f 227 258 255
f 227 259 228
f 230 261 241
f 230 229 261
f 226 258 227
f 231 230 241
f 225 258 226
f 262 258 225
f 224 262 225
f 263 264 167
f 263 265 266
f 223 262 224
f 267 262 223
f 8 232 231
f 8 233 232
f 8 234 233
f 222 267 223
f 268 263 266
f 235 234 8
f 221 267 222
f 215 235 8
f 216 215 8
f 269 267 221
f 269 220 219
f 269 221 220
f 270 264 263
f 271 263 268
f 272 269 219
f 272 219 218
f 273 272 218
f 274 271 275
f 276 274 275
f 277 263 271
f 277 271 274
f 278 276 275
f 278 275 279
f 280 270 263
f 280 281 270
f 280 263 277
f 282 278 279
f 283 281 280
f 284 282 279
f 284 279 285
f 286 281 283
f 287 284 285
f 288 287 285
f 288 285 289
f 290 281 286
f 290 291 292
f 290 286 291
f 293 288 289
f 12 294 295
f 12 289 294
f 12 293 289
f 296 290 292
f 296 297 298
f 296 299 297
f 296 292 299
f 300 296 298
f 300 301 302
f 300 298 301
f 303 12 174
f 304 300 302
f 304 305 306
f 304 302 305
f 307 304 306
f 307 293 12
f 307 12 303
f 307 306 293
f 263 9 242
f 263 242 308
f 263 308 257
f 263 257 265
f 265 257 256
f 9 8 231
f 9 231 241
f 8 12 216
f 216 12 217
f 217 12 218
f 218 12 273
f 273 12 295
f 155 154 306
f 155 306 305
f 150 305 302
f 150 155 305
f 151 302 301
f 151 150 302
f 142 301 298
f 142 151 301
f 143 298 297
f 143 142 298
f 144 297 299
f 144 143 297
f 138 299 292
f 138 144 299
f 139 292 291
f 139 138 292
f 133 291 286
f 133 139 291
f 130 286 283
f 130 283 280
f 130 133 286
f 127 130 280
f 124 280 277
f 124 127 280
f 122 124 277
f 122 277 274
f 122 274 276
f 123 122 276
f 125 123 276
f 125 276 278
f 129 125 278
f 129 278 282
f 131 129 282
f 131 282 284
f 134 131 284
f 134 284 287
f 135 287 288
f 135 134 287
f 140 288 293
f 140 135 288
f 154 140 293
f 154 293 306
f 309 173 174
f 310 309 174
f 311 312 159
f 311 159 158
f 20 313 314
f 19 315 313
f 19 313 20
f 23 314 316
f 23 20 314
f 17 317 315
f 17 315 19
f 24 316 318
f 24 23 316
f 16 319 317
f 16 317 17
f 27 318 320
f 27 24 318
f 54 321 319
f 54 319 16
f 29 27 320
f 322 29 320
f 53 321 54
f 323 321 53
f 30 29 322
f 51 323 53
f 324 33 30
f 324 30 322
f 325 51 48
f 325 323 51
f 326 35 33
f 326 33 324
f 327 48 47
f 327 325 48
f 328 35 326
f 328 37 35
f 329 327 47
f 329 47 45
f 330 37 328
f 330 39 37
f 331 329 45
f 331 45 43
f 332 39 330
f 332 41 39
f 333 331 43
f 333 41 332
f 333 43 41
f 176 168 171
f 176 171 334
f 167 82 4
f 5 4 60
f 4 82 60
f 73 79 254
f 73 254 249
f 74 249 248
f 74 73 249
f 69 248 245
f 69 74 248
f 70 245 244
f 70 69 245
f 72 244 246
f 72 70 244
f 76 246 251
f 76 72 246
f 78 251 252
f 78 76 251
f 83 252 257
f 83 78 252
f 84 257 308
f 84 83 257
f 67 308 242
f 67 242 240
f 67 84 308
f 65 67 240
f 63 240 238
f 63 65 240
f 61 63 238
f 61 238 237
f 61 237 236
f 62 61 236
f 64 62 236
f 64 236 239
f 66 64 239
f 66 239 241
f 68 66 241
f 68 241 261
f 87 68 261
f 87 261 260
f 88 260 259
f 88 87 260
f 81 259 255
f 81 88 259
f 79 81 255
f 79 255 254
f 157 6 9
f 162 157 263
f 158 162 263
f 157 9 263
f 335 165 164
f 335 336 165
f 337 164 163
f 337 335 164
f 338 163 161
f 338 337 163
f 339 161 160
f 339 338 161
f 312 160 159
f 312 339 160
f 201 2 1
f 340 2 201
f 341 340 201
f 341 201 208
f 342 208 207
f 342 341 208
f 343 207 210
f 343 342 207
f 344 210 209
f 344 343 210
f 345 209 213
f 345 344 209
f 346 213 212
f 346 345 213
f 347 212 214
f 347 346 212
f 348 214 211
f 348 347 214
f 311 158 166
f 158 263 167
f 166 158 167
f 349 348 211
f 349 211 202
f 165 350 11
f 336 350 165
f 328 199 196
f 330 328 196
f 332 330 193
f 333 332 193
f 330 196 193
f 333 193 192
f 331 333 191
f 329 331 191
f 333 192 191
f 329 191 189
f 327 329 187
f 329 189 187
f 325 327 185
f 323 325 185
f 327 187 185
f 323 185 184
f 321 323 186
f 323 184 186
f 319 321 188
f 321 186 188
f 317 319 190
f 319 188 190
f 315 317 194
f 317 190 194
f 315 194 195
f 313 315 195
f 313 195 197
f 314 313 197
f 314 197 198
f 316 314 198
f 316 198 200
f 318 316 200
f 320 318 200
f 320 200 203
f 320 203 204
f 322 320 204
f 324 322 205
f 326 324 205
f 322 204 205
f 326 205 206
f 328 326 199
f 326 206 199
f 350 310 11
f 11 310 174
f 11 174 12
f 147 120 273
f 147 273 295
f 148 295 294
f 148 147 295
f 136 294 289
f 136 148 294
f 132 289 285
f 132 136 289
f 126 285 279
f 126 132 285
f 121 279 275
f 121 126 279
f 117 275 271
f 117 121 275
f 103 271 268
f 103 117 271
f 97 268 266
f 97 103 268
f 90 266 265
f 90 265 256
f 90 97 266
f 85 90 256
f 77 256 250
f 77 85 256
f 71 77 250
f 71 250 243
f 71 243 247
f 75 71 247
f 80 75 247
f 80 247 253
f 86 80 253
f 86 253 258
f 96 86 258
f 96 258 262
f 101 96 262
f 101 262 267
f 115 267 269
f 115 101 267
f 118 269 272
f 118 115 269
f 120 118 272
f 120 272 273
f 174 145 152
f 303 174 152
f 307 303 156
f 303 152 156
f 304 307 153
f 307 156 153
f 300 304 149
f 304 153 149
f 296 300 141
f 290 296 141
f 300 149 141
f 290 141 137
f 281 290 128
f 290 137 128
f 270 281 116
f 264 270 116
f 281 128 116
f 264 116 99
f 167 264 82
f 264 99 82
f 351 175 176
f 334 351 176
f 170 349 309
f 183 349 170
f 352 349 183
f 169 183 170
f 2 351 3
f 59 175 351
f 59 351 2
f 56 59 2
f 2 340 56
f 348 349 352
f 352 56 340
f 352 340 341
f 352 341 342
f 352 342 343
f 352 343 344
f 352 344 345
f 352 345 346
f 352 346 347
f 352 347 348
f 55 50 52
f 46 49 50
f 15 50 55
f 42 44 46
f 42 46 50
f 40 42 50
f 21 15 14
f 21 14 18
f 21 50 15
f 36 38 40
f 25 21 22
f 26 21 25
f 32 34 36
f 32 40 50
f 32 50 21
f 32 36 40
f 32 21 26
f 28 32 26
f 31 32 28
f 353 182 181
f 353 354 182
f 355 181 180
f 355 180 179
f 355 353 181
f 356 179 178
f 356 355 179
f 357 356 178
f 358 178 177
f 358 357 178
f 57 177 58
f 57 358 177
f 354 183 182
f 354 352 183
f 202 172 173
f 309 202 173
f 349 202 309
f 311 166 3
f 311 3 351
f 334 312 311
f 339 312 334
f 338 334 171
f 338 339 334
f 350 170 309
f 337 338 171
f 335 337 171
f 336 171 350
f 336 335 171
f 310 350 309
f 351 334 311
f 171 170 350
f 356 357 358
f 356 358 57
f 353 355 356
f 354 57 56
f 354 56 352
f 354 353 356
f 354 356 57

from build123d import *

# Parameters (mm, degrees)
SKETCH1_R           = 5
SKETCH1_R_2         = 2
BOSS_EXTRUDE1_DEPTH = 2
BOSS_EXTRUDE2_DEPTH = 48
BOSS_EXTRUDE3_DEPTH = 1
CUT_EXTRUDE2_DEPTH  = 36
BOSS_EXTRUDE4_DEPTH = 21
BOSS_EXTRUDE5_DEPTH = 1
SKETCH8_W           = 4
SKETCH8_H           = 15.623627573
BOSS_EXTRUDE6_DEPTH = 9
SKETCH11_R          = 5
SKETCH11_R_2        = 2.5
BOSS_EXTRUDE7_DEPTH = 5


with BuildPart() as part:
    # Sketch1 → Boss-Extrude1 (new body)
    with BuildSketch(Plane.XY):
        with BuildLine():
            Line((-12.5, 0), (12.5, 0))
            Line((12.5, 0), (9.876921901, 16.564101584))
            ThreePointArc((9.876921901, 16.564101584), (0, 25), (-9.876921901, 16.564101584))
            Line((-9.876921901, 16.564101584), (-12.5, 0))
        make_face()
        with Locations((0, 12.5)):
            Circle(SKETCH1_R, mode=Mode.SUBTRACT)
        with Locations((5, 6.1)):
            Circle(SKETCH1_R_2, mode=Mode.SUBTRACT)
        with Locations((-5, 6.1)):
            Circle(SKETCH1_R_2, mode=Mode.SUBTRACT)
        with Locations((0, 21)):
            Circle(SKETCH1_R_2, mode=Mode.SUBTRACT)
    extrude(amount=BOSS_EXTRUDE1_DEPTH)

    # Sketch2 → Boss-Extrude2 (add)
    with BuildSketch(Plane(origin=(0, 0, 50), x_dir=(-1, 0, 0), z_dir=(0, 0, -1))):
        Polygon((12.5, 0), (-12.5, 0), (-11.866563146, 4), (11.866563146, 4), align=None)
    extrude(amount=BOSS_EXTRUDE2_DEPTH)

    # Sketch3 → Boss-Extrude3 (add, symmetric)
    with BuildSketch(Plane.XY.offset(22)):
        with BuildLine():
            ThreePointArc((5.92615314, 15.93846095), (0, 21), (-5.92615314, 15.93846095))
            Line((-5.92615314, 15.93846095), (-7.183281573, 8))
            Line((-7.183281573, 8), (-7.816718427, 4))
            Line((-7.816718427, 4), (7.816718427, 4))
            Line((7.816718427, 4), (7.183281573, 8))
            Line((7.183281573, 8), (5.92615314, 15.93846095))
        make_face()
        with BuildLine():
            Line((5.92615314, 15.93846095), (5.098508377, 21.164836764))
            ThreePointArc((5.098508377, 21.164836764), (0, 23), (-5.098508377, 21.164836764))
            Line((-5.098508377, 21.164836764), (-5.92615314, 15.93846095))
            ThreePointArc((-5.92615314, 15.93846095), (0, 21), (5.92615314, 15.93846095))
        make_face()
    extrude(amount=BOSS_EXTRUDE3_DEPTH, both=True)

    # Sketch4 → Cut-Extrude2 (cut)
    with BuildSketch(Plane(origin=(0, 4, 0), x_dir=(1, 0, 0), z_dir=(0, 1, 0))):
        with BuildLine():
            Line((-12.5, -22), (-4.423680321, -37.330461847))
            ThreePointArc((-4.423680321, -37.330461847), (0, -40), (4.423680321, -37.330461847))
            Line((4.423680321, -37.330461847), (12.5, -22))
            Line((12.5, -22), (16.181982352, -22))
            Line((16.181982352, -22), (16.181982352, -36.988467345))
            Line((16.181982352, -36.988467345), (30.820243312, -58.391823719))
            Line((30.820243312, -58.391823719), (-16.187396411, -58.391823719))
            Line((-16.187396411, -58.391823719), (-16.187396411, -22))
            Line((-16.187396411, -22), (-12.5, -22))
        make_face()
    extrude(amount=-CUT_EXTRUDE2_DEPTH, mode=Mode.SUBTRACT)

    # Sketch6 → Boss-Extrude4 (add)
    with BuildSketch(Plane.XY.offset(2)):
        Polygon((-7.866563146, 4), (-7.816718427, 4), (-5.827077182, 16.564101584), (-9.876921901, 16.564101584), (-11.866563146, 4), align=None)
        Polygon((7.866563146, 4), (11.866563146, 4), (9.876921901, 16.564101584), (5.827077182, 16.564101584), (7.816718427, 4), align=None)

### TO DO
Please, from the material above, copy only the lines from the line with "f 142 151 301" up to and including the line with "f 333 193 192", exactly as written.

### WRITTEN ANSWER
f 142 151 301
f 143 298 297
f 143 142 298
f 144 297 299
f 144 143 297
f 138 299 292
f 138 144 299
f 139 292 291
f 139 138 292
f 133 291 286
f 133 139 291
f 130 286 283
f 130 283 280
f 130 133 286
f 127 130 280
f 124 280 277
f 124 127 280
f 122 124 277
f 122 277 274
f 122 274 276
f 123 122 276
f 125 123 276
f 125 276 278
f 129 125 278
f 129 278 282
f 131 129 282
f 131 282 284
f 134 131 284
f 134 284 287
f 135 287 288
f 135 134 287
f 140 288 293
f 140 135 288
f 154 140 293
f 154 293 306
f 309 173 174
f 310 309 174
f 311 312 159
f 311 159 158
f 20 313 314
f 19 315 313
f 19 313 20
f 23 314 316
f 23 20 314
f 17 317 315
f 17 315 19
f 24 316 318
f 24 23 316
f 16 319 317
f 16 317 17
f 27 318 320
f 27 24 318
f 54 321 319
f 54 319 16
f 29 27 320
f 322 29 320
f 53 321 54
f 323 321 53
f 30 29 322
f 51 323 53
f 324 33 30
f 324 30 322
f 325 51 48
f 325 323 51
f 326 35 33
f 326 33 324
f 327 48 47
f 327 325 48
f 328 35 326
f 328 37 35
f 329 327 47
f 329 47 45
f 330 37 328
f 330 39 37
f 331 329 45
f 331 45 43
f 332 39 330
f 332 41 39
f 333 331 43
f 333 41 332
f 333 43 41
f 176 168 171
f 176 171 334
f 167 82 4
f 5 4 60
f 4 82 60
f 73 79 254
f 73 254 249
f 74 249 248
f 74 73 249
f 69 248 245
f 69 74 248
f 70 245 244
f 70 69 245
f 72 244 246
f 72 70 244
f 76 246 251
f 76 72 246
f 78 251 252
f 78 76 251
f 83 252 257
f 83 78 252
f 84 257 308
f 84 83 257
f 67 308 242
f 67 242 240
f 67 84 308
f 65 67 240
f 63 240 238
f 63 65 240
f 61 63 238
f 61 238 237
f 61 237 236
f 62 61 236
f 64 62 236
f 64 236 239
f 66 64 239
f 66 239 241
f 68 66 241
f 68 241 261
f 87 68 261
f 87 261 260
f 88 260 259
f 88 87 260
f 81 259 255
f 81 88 259
f 79 81 255
f 79 255 254
f 157 6 9
f 162 157 263
f 158 162 263
f 157 9 263
f 335 165 164
f 335 336 165
f 337 164 163
f 337 335 164
f 338 163 161
f 338 337 163
f 339 161 160
f 339 338 161
f 312 160 159
f 312 339 160
f 201 2 1
f 340 2 201
f 341 340 201
f 341 201 208
f 342 208 207
f 342 341 208
f 343 207 210
f 343 342 207
f 344 210 209
f 344 343 210
f 345 209 213
f 345 344 209
f 346 213 212
f 346 345 213
f 347 212 214
f 347 346 212
f 348 214 211
f 348 347 214
f 311 158 166
f 158 263 167
f 166 158 167
f 349 348 211
f 349 211 202
f 165 350 11
f 336 350 165
f 328 199 196
f 330 328 196
f 332 330 193
f 333 332 193
f 330 196 193
f 333 193 192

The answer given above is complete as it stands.